- _PROBLEM DESCRIPTION_
Your task is to gather the lines below that hold the string "align".

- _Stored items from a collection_

++++++++

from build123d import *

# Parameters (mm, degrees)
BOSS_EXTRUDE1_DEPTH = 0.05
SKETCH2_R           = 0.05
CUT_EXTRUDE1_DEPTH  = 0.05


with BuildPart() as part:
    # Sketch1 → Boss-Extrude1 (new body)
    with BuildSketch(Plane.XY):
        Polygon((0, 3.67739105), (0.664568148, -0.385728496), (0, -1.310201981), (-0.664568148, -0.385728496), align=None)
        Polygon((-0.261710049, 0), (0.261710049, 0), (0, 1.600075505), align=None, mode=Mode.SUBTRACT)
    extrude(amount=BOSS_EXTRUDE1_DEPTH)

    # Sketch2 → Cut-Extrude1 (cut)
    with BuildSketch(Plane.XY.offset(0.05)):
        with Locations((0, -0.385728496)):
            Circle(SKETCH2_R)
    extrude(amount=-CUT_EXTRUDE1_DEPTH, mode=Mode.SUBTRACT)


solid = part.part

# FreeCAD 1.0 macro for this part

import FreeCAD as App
import Part
import Sketcher


def add_polygon(sketch, points):
    """Adds a closed chain of lines whose ends are joined by coincident constraints."""
    first, n = sketch.GeometryCount, len(points)
    for a, b in zip(points, points[1:] + points[:1]):
        sketch.addGeometry(Part.LineSegment(App.Vector(*a, 0), App.Vector(*b, 0)), False)
    for i in range(n):
        sketch.addConstraint(Sketcher.Constraint("Coincident", first + i, 2, first + (i + 1) % n, 1))

doc = App.newDocument("Part")
body = doc.addObject("PartDesign::Body", "Body")

# Sketch on XY plane
sketch1 = body.newObject("Sketcher::SketchObject", "Sketch")
sketch1.AttachmentSupport = (doc.getObject("XY_Plane"), [""])
sketch1.MapMode = "FlatFace"
add_polygon(sketch1, [(0.7, -0.4), (0, 3.7), (-0.7, -0.4), (0, -1.3)])  # lines 0-3
add_polygon(sketch1, [(-0.3, 0), (0, 1.6), (0.3, 0)])  # lines 4-6
sketch1.addConstraint(Sketcher.Constraint("Horizontal", 6))
sketch1.addConstraint(Sketcher.Constraint("Symmetric", 5, 2, 6, 2, -1, 1))
sketch1.addConstraint(Sketcher.Constraint("Symmetric", 1, 2, 3, 2, -2))
sketch1.addConstraint(Sketcher.Constraint("PointOnObject", 0, 2, -2))
sketch1.addConstraint(Sketcher.Constraint("PointOnObject", 2, 2, -2))
sketch1.addConstraint(Sketcher.Constraint("PointOnObject", 4, 2, -2))
sketch1.addConstraint(Sketcher.Constraint("Parallel", 1, 4))
sketch1.addConstraint(Sketcher.Constraint("DistanceX", 6, 2, 6, 1, 0.52342))
sketch1.addConstraint(Sketcher.Constraint("DistanceY", 2, 2, -1, 1, 1.310202))
sketch1.addConstraint(Sketcher.Constraint("Distance", 0, 4.11711))
sketch1.addConstraint(Sketcher.Constraint("DistanceY", -1, 1, 0, 2, 3.677391))
sketch1.addConstraint(Sketcher.Constraint("DistanceX", 1, 2, -1, 1, 0.664568))
pad1 = body.newObject("PartDesign::Pad", "Pad")
pad1.Profile = sketch1
pad1.Length = 0.05

# Sketch on XY plane
sketch2 = body.newObject("Sketcher::SketchObject", "Sketch001")
sketch2.AttachmentSupport = (doc.getObject("XY_Plane"), [""])
sketch2.MapMode = "FlatFace"
sketch2.AttachmentOffset = App.Placement(App.Vector(0, 0, 0.05), App.Rotation())
sketch2.addGeometry(Part.Circle(App.Vector(0, -0.39, 0), App.Vector(0, 0, 1), 0.05), False)
sketch2.addConstraint(Sketcher.Constraint("PointOnObject", 0, 3, -2))
sketch2.addConstraint(Sketcher.Constraint("Diameter", 0, 0.1))
sketch2.addConstraint(Sketcher.Constraint("DistanceY", 0, 3, -1, 1, 0.385728))
pocket1 = body.newObject("PartDesign::Pocket", "Pocket")
pocket1.Profile = sketch2
pocket1.Length = 0.05

doc.recompute()
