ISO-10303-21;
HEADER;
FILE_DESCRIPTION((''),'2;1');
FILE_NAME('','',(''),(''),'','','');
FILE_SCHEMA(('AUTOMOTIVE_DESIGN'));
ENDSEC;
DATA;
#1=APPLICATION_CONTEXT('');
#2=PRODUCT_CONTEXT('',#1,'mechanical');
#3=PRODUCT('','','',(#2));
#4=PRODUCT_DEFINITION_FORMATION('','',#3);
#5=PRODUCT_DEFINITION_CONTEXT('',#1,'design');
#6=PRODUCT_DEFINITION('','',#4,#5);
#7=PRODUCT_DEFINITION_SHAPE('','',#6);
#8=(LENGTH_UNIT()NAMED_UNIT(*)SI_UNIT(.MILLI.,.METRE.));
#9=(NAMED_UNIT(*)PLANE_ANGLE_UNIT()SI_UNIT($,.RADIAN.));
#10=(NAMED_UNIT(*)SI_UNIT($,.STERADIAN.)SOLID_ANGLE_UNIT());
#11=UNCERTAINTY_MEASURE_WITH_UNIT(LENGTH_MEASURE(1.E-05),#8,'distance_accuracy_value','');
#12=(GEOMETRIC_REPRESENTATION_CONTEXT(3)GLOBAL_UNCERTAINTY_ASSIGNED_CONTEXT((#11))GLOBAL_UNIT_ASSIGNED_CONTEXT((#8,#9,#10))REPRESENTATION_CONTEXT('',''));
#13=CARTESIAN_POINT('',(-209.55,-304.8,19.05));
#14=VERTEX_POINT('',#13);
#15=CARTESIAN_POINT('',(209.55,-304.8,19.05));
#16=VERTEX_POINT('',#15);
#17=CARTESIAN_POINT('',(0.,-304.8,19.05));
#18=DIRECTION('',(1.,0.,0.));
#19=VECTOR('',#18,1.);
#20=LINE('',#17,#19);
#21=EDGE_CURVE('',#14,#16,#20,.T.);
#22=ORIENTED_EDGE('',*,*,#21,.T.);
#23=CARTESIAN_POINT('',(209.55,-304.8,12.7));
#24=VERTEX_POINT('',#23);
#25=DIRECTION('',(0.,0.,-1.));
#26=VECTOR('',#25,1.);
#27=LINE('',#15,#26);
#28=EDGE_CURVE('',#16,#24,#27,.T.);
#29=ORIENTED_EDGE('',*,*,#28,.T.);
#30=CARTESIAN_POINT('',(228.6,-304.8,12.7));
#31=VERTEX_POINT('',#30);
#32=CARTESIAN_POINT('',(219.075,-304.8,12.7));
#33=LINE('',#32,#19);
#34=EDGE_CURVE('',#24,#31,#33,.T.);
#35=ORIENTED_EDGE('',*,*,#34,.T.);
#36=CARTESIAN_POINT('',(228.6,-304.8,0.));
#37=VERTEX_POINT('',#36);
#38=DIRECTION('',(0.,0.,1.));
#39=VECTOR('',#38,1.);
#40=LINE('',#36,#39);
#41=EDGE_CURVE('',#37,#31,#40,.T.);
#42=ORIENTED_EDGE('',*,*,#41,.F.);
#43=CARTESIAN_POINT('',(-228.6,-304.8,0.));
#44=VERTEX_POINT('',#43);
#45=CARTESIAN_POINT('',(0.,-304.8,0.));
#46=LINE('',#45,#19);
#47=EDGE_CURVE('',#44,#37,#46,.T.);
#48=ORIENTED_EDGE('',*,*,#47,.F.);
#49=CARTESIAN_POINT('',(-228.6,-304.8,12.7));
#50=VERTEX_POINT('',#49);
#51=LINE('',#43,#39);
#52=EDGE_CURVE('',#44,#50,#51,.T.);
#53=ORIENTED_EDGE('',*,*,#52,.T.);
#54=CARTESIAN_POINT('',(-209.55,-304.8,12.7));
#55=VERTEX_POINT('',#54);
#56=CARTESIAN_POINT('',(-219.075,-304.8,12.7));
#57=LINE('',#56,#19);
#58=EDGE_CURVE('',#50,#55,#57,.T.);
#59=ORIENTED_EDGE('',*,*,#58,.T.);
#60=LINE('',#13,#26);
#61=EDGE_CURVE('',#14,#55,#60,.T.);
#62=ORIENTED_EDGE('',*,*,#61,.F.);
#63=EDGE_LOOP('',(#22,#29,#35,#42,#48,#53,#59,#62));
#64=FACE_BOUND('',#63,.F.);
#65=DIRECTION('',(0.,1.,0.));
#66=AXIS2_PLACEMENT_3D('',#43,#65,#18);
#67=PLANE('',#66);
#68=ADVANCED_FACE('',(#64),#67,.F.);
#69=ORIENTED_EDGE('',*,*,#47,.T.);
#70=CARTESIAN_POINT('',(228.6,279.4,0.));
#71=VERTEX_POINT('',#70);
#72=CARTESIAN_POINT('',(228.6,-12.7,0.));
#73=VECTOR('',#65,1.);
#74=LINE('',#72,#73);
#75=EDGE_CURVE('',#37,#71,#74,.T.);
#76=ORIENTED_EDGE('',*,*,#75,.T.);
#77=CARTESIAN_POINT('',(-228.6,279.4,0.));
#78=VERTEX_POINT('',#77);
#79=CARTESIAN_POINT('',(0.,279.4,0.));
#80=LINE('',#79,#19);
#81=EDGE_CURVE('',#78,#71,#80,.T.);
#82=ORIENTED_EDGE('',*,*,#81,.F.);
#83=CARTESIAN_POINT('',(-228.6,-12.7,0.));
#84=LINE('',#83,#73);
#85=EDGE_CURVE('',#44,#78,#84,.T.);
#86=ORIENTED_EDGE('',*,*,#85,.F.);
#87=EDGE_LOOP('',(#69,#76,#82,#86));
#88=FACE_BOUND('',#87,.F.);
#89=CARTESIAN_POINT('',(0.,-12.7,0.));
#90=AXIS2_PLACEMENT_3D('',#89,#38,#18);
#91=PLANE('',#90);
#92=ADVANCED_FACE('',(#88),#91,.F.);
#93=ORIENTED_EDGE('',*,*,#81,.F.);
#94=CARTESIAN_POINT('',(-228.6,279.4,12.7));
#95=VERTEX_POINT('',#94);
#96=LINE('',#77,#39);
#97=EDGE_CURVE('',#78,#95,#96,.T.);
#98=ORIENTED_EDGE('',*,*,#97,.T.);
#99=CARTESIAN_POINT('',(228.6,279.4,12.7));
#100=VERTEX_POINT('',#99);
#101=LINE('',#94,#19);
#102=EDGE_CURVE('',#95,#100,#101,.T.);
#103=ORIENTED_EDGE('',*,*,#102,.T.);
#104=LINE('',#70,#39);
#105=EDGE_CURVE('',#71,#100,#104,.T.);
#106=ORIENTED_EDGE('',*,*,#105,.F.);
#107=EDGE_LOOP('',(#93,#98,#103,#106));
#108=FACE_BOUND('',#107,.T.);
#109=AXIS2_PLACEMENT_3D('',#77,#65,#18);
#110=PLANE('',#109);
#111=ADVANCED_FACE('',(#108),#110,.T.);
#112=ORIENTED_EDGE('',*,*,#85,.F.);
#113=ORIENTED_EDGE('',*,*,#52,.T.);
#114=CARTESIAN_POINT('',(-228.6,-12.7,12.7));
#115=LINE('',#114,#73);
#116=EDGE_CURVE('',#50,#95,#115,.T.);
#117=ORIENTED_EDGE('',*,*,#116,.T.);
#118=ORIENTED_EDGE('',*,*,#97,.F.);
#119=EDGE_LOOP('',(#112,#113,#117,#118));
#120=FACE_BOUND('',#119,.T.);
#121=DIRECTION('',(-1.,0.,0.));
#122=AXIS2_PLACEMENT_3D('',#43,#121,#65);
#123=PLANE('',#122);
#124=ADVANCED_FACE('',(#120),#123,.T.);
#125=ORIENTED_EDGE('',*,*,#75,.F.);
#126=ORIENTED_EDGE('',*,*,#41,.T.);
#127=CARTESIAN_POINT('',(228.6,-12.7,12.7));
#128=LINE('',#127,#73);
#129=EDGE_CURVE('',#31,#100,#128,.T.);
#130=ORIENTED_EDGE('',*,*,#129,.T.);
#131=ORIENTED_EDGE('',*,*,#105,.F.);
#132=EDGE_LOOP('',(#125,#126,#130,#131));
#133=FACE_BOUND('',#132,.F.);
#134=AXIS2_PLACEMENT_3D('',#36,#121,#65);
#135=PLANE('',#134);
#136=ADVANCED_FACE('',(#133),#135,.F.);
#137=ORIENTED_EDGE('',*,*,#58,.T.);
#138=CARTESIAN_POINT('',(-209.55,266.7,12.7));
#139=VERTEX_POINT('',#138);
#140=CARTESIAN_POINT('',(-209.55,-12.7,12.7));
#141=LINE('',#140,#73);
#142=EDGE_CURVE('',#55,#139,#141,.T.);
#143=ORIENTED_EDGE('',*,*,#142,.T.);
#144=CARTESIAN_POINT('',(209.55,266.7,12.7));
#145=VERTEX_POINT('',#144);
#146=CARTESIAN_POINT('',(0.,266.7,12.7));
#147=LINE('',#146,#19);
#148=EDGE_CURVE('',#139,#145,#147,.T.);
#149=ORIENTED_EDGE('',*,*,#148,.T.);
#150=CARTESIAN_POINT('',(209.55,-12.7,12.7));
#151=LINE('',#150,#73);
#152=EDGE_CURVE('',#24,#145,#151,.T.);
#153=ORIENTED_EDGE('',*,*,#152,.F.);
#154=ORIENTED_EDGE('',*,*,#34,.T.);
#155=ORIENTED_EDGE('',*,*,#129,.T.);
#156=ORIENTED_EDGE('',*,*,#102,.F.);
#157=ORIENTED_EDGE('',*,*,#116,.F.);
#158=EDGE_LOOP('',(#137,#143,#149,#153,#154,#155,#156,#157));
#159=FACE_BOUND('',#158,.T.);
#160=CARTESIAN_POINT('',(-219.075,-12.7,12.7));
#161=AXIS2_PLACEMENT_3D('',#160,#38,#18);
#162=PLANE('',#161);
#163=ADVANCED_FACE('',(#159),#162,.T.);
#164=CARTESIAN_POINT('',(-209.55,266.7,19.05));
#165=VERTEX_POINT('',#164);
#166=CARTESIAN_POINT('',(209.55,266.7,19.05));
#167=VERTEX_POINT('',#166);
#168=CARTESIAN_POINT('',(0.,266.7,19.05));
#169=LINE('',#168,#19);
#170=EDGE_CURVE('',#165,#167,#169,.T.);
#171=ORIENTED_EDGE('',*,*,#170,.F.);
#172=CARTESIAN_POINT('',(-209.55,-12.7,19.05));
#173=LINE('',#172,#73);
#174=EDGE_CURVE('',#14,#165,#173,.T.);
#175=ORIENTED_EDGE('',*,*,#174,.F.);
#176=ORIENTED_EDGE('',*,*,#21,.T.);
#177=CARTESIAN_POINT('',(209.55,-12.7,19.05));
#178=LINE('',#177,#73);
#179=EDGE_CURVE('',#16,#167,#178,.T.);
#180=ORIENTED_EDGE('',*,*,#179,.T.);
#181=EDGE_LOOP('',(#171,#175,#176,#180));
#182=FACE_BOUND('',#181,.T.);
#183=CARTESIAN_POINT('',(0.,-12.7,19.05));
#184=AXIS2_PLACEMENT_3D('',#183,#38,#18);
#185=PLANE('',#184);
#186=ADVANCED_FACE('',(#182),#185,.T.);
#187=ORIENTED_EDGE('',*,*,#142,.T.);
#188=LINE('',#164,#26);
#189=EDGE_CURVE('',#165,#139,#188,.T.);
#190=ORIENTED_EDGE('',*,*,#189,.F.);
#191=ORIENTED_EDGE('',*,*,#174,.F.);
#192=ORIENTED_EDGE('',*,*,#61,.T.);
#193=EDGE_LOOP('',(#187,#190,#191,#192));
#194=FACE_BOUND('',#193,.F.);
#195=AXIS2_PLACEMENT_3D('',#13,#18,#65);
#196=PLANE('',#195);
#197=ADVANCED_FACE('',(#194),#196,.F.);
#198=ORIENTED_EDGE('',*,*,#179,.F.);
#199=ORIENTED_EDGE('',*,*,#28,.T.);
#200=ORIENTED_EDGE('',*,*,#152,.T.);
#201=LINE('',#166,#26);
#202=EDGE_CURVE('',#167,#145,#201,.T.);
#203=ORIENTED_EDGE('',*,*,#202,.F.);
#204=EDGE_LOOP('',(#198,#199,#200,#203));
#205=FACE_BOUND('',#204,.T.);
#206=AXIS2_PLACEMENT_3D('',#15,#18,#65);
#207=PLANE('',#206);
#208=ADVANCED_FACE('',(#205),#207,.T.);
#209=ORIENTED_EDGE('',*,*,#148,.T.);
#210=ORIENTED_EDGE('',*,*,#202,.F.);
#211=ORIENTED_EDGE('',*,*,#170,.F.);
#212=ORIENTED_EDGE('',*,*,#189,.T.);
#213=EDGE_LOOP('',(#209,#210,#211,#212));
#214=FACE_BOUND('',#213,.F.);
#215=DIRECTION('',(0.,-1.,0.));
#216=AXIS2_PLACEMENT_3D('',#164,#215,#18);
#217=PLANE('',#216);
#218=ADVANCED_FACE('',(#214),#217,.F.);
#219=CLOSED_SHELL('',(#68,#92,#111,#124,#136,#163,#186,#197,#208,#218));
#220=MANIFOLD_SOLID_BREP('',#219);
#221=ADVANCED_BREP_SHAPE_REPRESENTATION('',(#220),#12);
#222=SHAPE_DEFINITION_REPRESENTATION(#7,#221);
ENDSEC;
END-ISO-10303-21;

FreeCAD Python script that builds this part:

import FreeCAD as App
import Part
import Sketcher
Q = App.Units.Quantity

doc = App.newDocument("Part")
params = doc.addObject("Spreadsheet::Sheet", "Params")
for row, (alias, value) in enumerate([
    ("sketch1_width", "18 in"),
    ("sketch1_height", "23 in"),
    ("pad1_length", "0.75 in"),
    ("sketch2_height", "23 in"),
    ("sketch2_width", "0.75 in"),
    ("pocket1_length", "0.25 in"),
    ("sketch3_width", "16.5 in"),
    ("sketch3_height", "0.5 in"),
    ("pocket2_length", "0.25 in"),
], start=1):
    params.set(f"A{row}", alias)
    params.set(f"B{row}", "=" + value)
    params.setAlias(f"B{row}", alias)

body = doc.addObject("PartDesign::Body", "Body")

sketch1 = doc.addObject("Sketcher::SketchObject", "Sketch")
body.addObject(sketch1)
sketch1.AttachmentSupport = (doc.XY_Plane, [""])
sketch1.MapMode = "FlatFace"
sketch1.addGeometry(Part.LineSegment(App.Vector(-228.6, 279.4, 0), App.Vector(-228.6, -304.8, 0)), False)
sketch1.addGeometry(Part.LineSegment(App.Vector(-228.6, -304.8, 0), App.Vector(228.6, -304.8, 0)), False)
sketch1.addGeometry(Part.LineSegment(App.Vector(228.6, -304.8, 0), App.Vector(228.6, 279.4, 0)), False)
sketch1.addGeometry(Part.LineSegment(App.Vector(228.6, 279.4, 0), App.Vector(-228.6, 279.4, 0)), False)
sketch1.addConstraint(Sketcher.Constraint("Coincident", 0, 2, 1, 1))
sketch1.addConstraint(Sketcher.Constraint("Coincident", 1, 2, 2, 1))
sketch1.addConstraint(Sketcher.Constraint("Coincident", 2, 2, 3, 1))
sketch1.addConstraint(Sketcher.Constraint("Coincident", 3, 2, 0, 1))
sketch1.addConstraint(Sketcher.Constraint("Vertical", 0))
sketch1.addConstraint(Sketcher.Constraint("Horizontal", 1))
sketch1.addConstraint(Sketcher.Constraint("Vertical", 2))
sketch1.addConstraint(Sketcher.Constraint("Horizontal", 3))
sketch1.addConstraint(Sketcher.Constraint("DistanceX", 1, 1, 1, 2, Q("18 in")))
sketch1.addConstraint(Sketcher.Constraint("DistanceY", 0, 2, 0, 1, Q("23 in")))
sketch1.addConstraint(Sketcher.Constraint("DistanceX", 0, 2, -1, 1, Q("9 in")))
sketch1.addConstraint(Sketcher.Constraint("DistanceY", 0, 2, -1, 1, Q("12 in")))
sketch1.setExpression("Constraints[8]", "Params.sketch1_width")
sketch1.setExpression("Constraints[9]", "Params.sketch1_height")
pad1 = doc.addObject("PartDesign::Pad", "Pad")
body.addObject(pad1)
pad1.Profile = sketch1
pad1.setExpression("Length", "Params.pad1_length")

sketch2 = doc.addObject("Sketcher::SketchObject", "Sketch001")
body.addObject(sketch2)
sketch2.AttachmentSupport = (doc.XY_Plane, [""])
sketch2.MapMode = "FlatFace"
sketch2.AttachmentOffset = App.Placement(App.Vector(0, 0, 0.75 * 25.4), App.Rotation())
sketch2.addGeometry(Part.LineSegment(App.Vector(209.55, 279.4, 0), App.Vector(209.55, -304.8, 0)), False)
sketch2.addGeometry(Part.LineSegment(App.Vector(209.55, -304.8, 0), App.Vector(228.6, -304.8, 0)), False)
sketch2.addGeometry(Part.LineSegment(App.Vector(228.6, -304.8, 0), App.Vector(228.6, 279.4, 0)), False)
sketch2.addGeometry(Part.LineSegment(App.Vector(228.6, 279.4, 0), App.Vector(209.55, 279.4, 0)), False)
sketch2.addGeometry(Part.LineSegment(App.Vector(-228.6, 279.4, 0), App.Vector(-228.6, -304.8, 0)), False)
sketch2.addGeometry(Part.LineSegment(App.Vector(-228.6, -304.8, 0), App.Vector(-209.55, -304.8, 0)), False)
sketch2.addGeometry(Part.LineSegment(App.Vector(-209.55, -304.8, 0), App.Vector(-209.55, 279.4, 0)), False)
sketch2.addGeometry(Part.LineSegment(App.Vector(-209.55, 279.4, 0), App.Vector(-228.6, 279.4, 0)), False)
sketch2.addConstraint(Sketcher.Constraint("Coincident", 0, 2, 1, 1))
sketch2.addConstraint(Sketcher.Constraint("Coincident", 1, 2, 2, 1))
sketch2.addConstraint(Sketcher.Constraint("Coincident", 2, 2, 3, 1))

++++++++

- _OUTPUT OF THE EXERCISE_
        Polygon((0, 3.67739105), (0.664568148, -0.385728496), (0, -1.310201981), (-0.664568148, -0.385728496), align=None)
        Polygon((-0.261710049, 0), (0.261710049, 0), (0, 1.600075505), align=None, mode=Mode.SUBTRACT)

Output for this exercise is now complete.